**What is expected**
Look through the data below. Collect every line where the word "with" occurs.

Start of Records provided

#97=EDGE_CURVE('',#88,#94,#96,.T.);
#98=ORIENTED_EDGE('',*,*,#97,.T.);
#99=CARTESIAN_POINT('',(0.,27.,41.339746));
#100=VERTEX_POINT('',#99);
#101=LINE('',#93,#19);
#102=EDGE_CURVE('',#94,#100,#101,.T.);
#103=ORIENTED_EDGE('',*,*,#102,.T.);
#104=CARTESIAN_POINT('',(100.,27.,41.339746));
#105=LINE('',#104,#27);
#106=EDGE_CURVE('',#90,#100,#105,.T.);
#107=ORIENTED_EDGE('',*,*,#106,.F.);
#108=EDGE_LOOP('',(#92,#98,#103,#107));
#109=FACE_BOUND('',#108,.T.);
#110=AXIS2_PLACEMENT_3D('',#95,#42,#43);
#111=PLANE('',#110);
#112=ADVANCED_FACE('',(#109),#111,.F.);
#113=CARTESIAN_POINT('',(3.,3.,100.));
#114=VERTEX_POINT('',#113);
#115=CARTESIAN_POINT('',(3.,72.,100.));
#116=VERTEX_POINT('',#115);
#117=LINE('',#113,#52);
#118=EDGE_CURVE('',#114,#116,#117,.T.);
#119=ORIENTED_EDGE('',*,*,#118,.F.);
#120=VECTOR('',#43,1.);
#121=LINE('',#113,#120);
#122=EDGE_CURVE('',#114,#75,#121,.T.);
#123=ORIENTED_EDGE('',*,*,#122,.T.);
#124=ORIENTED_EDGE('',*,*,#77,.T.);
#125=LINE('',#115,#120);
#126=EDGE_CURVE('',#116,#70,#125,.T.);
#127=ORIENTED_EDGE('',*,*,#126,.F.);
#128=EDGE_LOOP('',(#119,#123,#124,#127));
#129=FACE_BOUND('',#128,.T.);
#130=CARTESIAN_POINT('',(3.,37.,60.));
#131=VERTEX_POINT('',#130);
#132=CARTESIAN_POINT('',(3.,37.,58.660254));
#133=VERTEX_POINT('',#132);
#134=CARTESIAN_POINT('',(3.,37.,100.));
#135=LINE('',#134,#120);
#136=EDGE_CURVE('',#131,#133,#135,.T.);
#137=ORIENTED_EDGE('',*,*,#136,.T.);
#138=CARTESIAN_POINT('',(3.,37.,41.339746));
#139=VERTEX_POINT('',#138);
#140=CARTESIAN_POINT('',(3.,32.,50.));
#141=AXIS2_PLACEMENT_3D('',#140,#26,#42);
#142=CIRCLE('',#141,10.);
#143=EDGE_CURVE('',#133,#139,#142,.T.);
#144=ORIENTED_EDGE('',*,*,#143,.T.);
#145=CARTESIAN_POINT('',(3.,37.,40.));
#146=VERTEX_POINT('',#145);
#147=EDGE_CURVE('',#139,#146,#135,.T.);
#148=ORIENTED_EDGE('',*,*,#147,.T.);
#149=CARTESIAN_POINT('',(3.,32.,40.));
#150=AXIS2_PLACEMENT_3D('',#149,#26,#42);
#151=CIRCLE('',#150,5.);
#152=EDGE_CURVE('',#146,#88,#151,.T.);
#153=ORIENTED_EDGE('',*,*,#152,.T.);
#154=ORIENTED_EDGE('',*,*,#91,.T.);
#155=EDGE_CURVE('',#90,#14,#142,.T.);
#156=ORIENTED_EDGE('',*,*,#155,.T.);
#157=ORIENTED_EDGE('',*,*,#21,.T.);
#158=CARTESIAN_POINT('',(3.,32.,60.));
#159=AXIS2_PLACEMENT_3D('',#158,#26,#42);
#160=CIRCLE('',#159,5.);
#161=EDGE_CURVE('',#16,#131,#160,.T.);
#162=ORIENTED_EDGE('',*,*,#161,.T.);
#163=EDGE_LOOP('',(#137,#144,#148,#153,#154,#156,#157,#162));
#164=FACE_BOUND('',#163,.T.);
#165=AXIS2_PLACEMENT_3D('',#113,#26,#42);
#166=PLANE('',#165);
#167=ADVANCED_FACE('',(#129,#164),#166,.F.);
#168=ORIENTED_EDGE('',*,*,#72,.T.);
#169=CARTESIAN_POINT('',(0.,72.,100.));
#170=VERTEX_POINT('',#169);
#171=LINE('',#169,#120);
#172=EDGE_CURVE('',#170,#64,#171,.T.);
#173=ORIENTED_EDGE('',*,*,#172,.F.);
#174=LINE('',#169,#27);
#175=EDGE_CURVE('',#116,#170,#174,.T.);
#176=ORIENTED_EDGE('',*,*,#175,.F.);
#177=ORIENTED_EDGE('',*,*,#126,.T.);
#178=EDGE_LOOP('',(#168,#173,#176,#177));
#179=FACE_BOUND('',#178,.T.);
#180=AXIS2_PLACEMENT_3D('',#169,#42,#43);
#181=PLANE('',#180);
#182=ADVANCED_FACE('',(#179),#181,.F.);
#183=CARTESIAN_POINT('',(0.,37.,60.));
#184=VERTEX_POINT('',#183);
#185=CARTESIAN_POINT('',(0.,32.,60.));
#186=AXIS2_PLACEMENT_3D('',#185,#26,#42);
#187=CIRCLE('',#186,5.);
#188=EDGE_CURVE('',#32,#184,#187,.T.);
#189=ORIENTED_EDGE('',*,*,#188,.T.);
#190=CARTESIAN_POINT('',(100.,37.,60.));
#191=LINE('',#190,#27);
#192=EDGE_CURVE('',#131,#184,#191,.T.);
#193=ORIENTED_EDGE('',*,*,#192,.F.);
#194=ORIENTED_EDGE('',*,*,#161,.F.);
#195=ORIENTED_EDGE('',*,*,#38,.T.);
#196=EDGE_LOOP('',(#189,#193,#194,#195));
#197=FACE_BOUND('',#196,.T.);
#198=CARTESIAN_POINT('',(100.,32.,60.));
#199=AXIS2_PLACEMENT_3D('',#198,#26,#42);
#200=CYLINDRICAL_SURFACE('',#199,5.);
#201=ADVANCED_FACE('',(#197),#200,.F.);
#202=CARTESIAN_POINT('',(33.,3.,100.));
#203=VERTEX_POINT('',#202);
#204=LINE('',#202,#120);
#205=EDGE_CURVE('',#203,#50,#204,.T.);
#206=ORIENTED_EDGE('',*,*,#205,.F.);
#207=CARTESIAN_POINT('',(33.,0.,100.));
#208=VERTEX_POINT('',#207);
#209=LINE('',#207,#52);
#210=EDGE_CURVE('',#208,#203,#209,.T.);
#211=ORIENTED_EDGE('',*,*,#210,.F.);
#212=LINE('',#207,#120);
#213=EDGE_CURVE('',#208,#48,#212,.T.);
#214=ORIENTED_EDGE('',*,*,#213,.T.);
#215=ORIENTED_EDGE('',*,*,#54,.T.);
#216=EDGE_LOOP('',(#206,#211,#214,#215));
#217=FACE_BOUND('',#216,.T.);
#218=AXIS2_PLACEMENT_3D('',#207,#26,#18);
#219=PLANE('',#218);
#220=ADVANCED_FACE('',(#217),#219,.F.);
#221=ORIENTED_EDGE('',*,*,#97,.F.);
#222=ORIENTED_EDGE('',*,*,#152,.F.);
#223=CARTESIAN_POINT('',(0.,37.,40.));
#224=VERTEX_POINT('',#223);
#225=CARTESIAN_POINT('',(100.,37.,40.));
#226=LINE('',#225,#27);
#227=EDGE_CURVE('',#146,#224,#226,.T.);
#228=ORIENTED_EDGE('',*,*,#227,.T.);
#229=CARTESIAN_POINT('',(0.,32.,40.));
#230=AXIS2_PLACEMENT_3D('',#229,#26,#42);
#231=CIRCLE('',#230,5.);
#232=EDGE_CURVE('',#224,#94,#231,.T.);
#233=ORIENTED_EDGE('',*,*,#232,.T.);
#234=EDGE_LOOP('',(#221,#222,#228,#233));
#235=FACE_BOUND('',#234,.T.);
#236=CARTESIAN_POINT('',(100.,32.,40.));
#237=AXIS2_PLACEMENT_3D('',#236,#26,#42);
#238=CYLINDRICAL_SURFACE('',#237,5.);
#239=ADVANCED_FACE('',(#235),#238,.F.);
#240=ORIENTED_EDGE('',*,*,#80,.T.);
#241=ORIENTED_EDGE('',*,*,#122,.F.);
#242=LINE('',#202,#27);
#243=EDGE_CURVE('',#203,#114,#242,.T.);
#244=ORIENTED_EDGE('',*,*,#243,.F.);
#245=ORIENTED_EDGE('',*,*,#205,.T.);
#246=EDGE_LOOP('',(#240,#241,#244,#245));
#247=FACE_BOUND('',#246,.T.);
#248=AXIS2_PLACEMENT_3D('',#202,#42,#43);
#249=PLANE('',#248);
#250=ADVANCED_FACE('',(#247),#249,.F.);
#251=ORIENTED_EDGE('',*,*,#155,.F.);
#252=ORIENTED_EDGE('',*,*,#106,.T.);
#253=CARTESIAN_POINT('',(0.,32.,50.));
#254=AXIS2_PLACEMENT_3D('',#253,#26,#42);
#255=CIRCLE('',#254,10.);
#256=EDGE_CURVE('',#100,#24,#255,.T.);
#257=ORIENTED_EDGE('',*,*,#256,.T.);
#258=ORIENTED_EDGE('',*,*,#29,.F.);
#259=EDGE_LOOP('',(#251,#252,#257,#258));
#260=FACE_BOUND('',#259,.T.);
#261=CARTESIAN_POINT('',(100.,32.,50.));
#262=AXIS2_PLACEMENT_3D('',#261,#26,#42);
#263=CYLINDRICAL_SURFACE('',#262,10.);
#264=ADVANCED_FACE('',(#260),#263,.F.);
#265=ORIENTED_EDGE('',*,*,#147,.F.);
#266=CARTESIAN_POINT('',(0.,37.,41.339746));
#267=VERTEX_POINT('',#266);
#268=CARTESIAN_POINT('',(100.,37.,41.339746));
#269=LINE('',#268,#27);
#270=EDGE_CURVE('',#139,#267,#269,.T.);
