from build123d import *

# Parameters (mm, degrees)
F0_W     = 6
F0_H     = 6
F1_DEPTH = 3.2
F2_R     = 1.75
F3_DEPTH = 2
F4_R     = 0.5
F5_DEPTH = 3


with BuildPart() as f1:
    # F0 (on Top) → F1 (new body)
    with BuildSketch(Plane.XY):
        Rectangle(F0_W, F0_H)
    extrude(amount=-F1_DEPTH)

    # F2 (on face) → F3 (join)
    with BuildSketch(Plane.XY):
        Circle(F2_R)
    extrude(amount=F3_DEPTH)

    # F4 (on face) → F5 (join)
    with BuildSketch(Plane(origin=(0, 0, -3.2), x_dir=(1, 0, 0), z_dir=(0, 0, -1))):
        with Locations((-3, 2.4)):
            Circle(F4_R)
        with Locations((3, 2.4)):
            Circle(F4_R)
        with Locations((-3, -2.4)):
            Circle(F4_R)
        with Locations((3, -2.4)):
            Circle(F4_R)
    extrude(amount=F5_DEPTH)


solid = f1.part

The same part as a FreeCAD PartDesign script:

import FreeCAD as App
import Part
import Sketcher


def add_polygon(sketch, points):
    """Adds a closed chain of lines whose ends are joined by coincident constraints."""
    first, n = sketch.GeometryCount, len(points)
    for a, b in zip(points, points[1:] + points[:1]):
        sketch.addGeometry(Part.LineSegment(App.Vector(*a, 0), App.Vector(*b, 0)), False)
    for i in range(n):
        sketch.addConstraint(Sketcher.Constraint("Coincident", first + i, 2, first + (i + 1) % n, 1))

doc = App.newDocument("Part")
body = doc.addObject("PartDesign::Body", "Body")

# Sketch on XY plane
sketch1 = body.newObject("Sketcher::SketchObject", "Sketch")
sketch1.AttachmentSupport = (doc.getObject("XY_Plane"), [""])
sketch1.MapMode = "FlatFace"
add_polygon(sketch1, [(-3, 3), (-3, -3), (3, -3), (3, 3)])  # lines 0-3
sketch1.addConstraint(Sketcher.Constraint("Vertical", 0))
sketch1.addConstraint(Sketcher.Constraint("Horizontal", 1))
sketch1.addConstraint(Sketcher.Constraint("Vertical", 2))
sketch1.addConstraint(Sketcher.Constraint("Horizontal", 3))
sketch1.addConstraint(Sketcher.Constraint("Symmetric", 0, 2, 2, 2, -1, 1))
sketch1.addConstraint(Sketcher.Constraint("Equal", 3, 0))
sketch1.addConstraint(Sketcher.Constraint("DistanceX", 1, 1, 1, 2, 6.0))
pad1 = body.newObject("PartDesign::Pad", "Pad")
pad1.Profile = sketch1
pad1.Length = 3.2
pad1.Reversed = True

# Sketch on XY plane
sketch2 = body.newObject("Sketcher::SketchObject", "Sketch001")
sketch2.AttachmentSupport = (doc.getObject("XY_Plane"), [""])
sketch2.MapMode = "FlatFace"
sketch2.addGeometry(Part.Circle(App.Vector(0, 0, 0), App.Vector(0, 0, 1), 1.8), False)
sketch2.addConstraint(Sketcher.Constraint("Coincident", 0, 3, -1, 1))
sketch2.addConstraint(Sketcher.Constraint("Diameter", 0, 3.5))
pad2 = body.newObject("PartDesign::Pad", "Pad001")
pad2.Profile = sketch2
pad2.Length = 2

# Sketch on XY plane
sketch3 = body.newObject("Sketcher::SketchObject", "Sketch002")
sketch3.AttachmentSupport = (doc.getObject("XY_Plane"), [""])
sketch3.MapMode = "FlatFace"
sketch3.AttachmentOffset = App.Placement(App.Vector(0, 0, -3.2), App.Rotation())
sketch3.addGeometry(Part.Circle(App.Vector(-3, -2.4, 0), App.Vector(0, 0, 1), 0.5), False)
sketch3.addGeometry(Part.Circle(App.Vector(3, -2.4, 0), App.Vector(0, 0, 1), 0.5), False)
sketch3.addGeometry(Part.Circle(App.Vector(-3, 2.4, 0), App.Vector(0, 0, 1), 0.5), False)
sketch3.addGeometry(Part.Circle(App.Vector(3, 2.4, 0), App.Vector(0, 0, 1), 0.5), False)
sketch3.addConstraint(Sketcher.Constraint("Equal", 0, 1))
sketch3.addConstraint(Sketcher.Constraint("Equal", 1, 2))
sketch3.addConstraint(Sketcher.Constraint("Equal", 2, 3))
sketch3.addConstraint(Sketcher.Constraint("Symmetric", 1, 3, 2, 3, -1, 1))
sketch3.addConstraint(Sketcher.Constraint("Symmetric", 0, 3, 3, 3, -1, 1))
sketch3.addConstraint(Sketcher.Constraint("Symmetric", 0, 3, 1, 3, -2))
sketch3.addConstraint(Sketcher.Constraint("Diameter", 0, 1.0))
sketch3.addConstraint(Sketcher.Constraint("DistanceX", 0, 3, -1, 1, 3.0))
sketch3.addConstraint(Sketcher.Constraint("DistanceY", 0, 3, -1, 1, 2.4))
pad3 = body.newObject("PartDesign::Pad", "Pad002")
pad3.Profile = sketch3
pad3.Length = 3
pad3.Reversed = True

doc.recompute()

End of Records provided

**Reply to the exercise**
with BuildPart() as f1:
    with BuildSketch(Plane.XY):
    with BuildSketch(Plane.XY):
    with BuildSketch(Plane(origin=(0, 0, -3.2), x_dir=(1, 0, 0), z_dir=(0, 0, -1))):
        with Locations((-3, 2.4)):
        with Locations((3, 2.4)):
        with Locations((-3, -2.4)):
        with Locations((3, -2.4)):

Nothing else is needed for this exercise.